## Work to be completed
Go to the line in the entries below that holds "f 374 376 378" and repeat exactly from there through the line that holds "f 415 416 414", inclusive.

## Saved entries
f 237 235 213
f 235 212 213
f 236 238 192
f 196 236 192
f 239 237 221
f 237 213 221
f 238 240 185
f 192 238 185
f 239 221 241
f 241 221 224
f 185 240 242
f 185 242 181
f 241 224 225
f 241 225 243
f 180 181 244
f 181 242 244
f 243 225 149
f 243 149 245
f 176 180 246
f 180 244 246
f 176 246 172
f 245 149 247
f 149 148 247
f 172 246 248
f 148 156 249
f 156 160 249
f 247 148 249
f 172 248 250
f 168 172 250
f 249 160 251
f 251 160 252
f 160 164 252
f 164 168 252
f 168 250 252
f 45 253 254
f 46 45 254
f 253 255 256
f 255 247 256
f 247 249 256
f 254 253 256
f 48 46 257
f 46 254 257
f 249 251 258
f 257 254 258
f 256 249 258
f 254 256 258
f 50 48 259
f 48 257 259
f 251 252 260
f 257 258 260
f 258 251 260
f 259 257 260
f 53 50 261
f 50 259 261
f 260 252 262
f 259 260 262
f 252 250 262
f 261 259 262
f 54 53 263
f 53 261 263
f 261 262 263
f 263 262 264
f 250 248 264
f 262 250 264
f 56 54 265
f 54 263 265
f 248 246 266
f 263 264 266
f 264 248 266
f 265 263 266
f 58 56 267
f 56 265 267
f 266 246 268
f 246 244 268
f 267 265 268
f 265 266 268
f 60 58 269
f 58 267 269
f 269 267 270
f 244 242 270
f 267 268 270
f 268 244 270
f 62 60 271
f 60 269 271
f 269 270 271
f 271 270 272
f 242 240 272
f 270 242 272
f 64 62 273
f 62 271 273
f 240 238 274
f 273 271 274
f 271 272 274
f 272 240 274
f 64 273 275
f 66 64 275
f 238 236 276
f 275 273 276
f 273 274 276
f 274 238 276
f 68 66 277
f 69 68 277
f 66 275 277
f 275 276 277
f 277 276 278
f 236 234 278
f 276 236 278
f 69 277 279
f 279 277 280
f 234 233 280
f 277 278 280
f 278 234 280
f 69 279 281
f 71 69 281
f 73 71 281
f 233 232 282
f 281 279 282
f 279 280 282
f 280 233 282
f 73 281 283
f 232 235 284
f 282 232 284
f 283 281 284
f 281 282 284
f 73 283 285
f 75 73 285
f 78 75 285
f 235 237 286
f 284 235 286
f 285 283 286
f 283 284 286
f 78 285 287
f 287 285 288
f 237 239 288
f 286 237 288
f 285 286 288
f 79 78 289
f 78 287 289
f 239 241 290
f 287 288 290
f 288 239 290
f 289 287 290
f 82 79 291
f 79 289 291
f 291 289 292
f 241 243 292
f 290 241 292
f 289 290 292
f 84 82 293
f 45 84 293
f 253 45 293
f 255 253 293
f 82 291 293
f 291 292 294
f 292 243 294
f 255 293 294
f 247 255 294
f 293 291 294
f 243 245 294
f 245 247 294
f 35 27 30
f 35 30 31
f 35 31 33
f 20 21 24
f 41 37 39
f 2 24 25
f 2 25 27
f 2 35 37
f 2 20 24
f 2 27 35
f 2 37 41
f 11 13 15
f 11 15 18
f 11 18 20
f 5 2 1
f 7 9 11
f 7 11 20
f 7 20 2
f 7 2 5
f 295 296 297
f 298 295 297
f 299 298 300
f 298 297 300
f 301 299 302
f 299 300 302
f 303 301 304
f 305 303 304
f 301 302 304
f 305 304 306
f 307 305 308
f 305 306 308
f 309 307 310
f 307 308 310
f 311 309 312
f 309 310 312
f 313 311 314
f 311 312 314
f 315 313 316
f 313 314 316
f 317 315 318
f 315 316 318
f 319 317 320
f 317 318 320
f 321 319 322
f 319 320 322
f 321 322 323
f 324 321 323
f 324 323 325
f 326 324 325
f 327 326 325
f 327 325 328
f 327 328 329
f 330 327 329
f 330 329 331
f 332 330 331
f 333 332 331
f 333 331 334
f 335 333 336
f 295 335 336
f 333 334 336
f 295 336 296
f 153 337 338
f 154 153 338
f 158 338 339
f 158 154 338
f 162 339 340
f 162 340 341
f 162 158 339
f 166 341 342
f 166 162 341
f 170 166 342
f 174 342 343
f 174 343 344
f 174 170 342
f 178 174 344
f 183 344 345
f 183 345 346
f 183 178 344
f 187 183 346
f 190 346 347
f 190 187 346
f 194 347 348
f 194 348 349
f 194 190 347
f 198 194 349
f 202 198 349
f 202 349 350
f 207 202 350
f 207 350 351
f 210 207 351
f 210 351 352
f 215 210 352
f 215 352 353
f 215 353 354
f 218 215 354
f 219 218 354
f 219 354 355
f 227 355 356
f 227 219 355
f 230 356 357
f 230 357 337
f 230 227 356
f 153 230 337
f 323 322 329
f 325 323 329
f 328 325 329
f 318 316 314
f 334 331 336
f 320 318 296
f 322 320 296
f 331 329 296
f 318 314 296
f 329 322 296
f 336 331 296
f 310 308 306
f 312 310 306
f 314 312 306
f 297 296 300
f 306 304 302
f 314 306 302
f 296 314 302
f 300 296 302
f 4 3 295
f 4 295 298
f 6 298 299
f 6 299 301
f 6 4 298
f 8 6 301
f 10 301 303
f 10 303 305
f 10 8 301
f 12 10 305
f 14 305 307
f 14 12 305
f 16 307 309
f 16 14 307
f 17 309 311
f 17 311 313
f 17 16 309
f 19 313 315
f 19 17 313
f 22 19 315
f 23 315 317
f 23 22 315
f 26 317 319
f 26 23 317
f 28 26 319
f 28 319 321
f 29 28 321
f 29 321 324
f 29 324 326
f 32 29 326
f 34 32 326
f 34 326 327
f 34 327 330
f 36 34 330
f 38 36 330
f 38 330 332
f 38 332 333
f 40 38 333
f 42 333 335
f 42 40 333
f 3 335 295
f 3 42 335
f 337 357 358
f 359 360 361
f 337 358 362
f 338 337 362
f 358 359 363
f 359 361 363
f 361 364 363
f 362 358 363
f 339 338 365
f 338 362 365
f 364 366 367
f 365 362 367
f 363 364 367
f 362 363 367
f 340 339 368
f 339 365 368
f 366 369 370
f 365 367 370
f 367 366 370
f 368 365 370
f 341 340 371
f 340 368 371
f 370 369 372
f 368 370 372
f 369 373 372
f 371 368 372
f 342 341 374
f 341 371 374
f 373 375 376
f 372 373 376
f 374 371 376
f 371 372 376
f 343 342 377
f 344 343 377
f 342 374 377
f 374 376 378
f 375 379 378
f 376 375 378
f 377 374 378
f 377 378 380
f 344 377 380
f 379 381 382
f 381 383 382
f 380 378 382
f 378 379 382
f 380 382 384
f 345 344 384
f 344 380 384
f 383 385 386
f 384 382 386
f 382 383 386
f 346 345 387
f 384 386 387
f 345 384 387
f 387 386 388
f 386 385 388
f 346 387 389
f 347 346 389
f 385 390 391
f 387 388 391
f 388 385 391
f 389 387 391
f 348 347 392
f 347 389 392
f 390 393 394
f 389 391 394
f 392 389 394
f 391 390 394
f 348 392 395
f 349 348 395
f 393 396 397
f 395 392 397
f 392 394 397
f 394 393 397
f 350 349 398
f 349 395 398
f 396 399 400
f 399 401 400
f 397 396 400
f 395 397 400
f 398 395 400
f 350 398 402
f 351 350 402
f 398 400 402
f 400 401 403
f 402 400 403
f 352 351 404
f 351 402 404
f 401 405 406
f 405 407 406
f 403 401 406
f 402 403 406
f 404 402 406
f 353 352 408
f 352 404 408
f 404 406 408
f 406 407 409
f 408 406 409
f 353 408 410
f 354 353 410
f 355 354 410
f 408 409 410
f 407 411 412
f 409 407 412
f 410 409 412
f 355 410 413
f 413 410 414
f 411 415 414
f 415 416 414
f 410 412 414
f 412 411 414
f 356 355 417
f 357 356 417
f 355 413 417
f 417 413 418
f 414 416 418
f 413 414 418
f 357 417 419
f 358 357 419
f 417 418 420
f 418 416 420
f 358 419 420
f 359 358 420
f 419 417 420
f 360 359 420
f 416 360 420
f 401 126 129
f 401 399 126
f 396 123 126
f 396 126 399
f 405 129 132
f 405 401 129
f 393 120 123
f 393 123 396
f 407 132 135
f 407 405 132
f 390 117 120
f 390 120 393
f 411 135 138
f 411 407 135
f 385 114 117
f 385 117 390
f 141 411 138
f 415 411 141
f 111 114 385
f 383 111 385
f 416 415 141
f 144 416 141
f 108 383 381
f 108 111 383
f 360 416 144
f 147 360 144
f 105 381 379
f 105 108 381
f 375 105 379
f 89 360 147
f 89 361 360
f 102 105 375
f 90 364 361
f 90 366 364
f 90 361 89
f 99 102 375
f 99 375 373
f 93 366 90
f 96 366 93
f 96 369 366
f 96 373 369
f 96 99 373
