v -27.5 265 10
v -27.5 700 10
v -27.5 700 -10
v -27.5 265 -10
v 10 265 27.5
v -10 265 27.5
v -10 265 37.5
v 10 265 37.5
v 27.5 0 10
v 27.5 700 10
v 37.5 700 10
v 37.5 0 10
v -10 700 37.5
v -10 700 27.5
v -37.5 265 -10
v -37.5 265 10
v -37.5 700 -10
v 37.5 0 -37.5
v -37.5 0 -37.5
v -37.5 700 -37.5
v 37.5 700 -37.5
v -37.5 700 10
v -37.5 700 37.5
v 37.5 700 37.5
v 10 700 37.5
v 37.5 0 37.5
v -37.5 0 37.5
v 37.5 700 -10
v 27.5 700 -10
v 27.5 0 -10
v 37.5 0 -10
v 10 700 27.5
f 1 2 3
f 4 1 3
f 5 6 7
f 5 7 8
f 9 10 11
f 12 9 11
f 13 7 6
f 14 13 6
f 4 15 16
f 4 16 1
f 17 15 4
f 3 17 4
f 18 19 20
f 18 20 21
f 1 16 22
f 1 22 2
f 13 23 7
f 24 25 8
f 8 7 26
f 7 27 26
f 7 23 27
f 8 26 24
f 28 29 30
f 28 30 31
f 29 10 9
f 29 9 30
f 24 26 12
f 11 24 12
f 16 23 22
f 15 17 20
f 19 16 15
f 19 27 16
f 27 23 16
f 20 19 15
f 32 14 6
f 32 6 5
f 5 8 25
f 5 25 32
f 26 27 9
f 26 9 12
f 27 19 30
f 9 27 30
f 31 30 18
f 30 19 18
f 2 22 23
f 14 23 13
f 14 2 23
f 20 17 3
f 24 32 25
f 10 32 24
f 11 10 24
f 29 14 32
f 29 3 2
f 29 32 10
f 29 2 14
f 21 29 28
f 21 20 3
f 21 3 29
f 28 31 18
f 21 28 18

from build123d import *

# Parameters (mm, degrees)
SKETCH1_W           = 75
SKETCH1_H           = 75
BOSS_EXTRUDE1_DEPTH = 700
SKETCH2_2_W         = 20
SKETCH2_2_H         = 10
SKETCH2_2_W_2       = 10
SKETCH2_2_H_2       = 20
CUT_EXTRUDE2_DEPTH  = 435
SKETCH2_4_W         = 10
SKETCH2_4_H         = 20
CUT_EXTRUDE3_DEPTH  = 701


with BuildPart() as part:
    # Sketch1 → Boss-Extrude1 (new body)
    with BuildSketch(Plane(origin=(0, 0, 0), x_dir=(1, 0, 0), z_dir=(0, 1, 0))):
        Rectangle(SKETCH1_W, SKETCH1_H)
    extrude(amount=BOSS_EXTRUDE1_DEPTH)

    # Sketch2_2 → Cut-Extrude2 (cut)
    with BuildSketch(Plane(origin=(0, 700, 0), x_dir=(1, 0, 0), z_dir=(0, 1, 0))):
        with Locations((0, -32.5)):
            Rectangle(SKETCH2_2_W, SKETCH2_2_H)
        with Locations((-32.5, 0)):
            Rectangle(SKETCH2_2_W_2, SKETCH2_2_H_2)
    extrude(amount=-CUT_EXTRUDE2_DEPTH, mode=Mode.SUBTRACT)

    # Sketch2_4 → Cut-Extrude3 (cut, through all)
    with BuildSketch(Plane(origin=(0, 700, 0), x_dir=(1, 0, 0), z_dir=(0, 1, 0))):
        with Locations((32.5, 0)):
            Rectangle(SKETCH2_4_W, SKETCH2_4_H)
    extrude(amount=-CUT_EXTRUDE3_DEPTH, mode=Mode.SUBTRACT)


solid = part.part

## Result of the task
f 374 376 378
f 375 379 378
f 376 375 378
f 377 374 378
f 377 378 380
f 344 377 380
f 379 381 382
f 381 383 382
f 380 378 382
f 378 379 382
f 380 382 384
f 345 344 384
f 344 380 384
f 383 385 386
f 384 382 386
f 382 383 386
f 346 345 387
f 384 386 387
f 345 384 387
f 387 386 388
f 386 385 388
f 346 387 389
f 347 346 389
f 385 390 391
f 387 388 391
f 388 385 391
f 389 387 391
f 348 347 392
f 347 389 392
f 390 393 394
f 389 391 394
f 392 389 394
f 391 390 394
f 348 392 395
f 349 348 395
f 393 396 397
f 395 392 397
f 392 394 397
f 394 393 397
f 350 349 398
f 349 395 398
f 396 399 400
f 399 401 400
f 397 396 400
f 395 397 400
f 398 395 400
f 350 398 402
f 351 350 402
f 398 400 402
f 400 401 403
f 402 400 403
f 352 351 404
f 351 402 404
f 401 405 406
f 405 407 406
f 403 401 406
f 402 403 406
f 404 402 406
f 353 352 408
f 352 404 408
f 404 406 408
f 406 407 409
f 408 406 409
f 353 408 410
f 354 353 410
f 355 354 410
f 408 409 410
f 407 411 412
f 409 407 412
f 410 409 412
f 355 410 413
f 413 410 414
f 411 415 414
f 415 416 414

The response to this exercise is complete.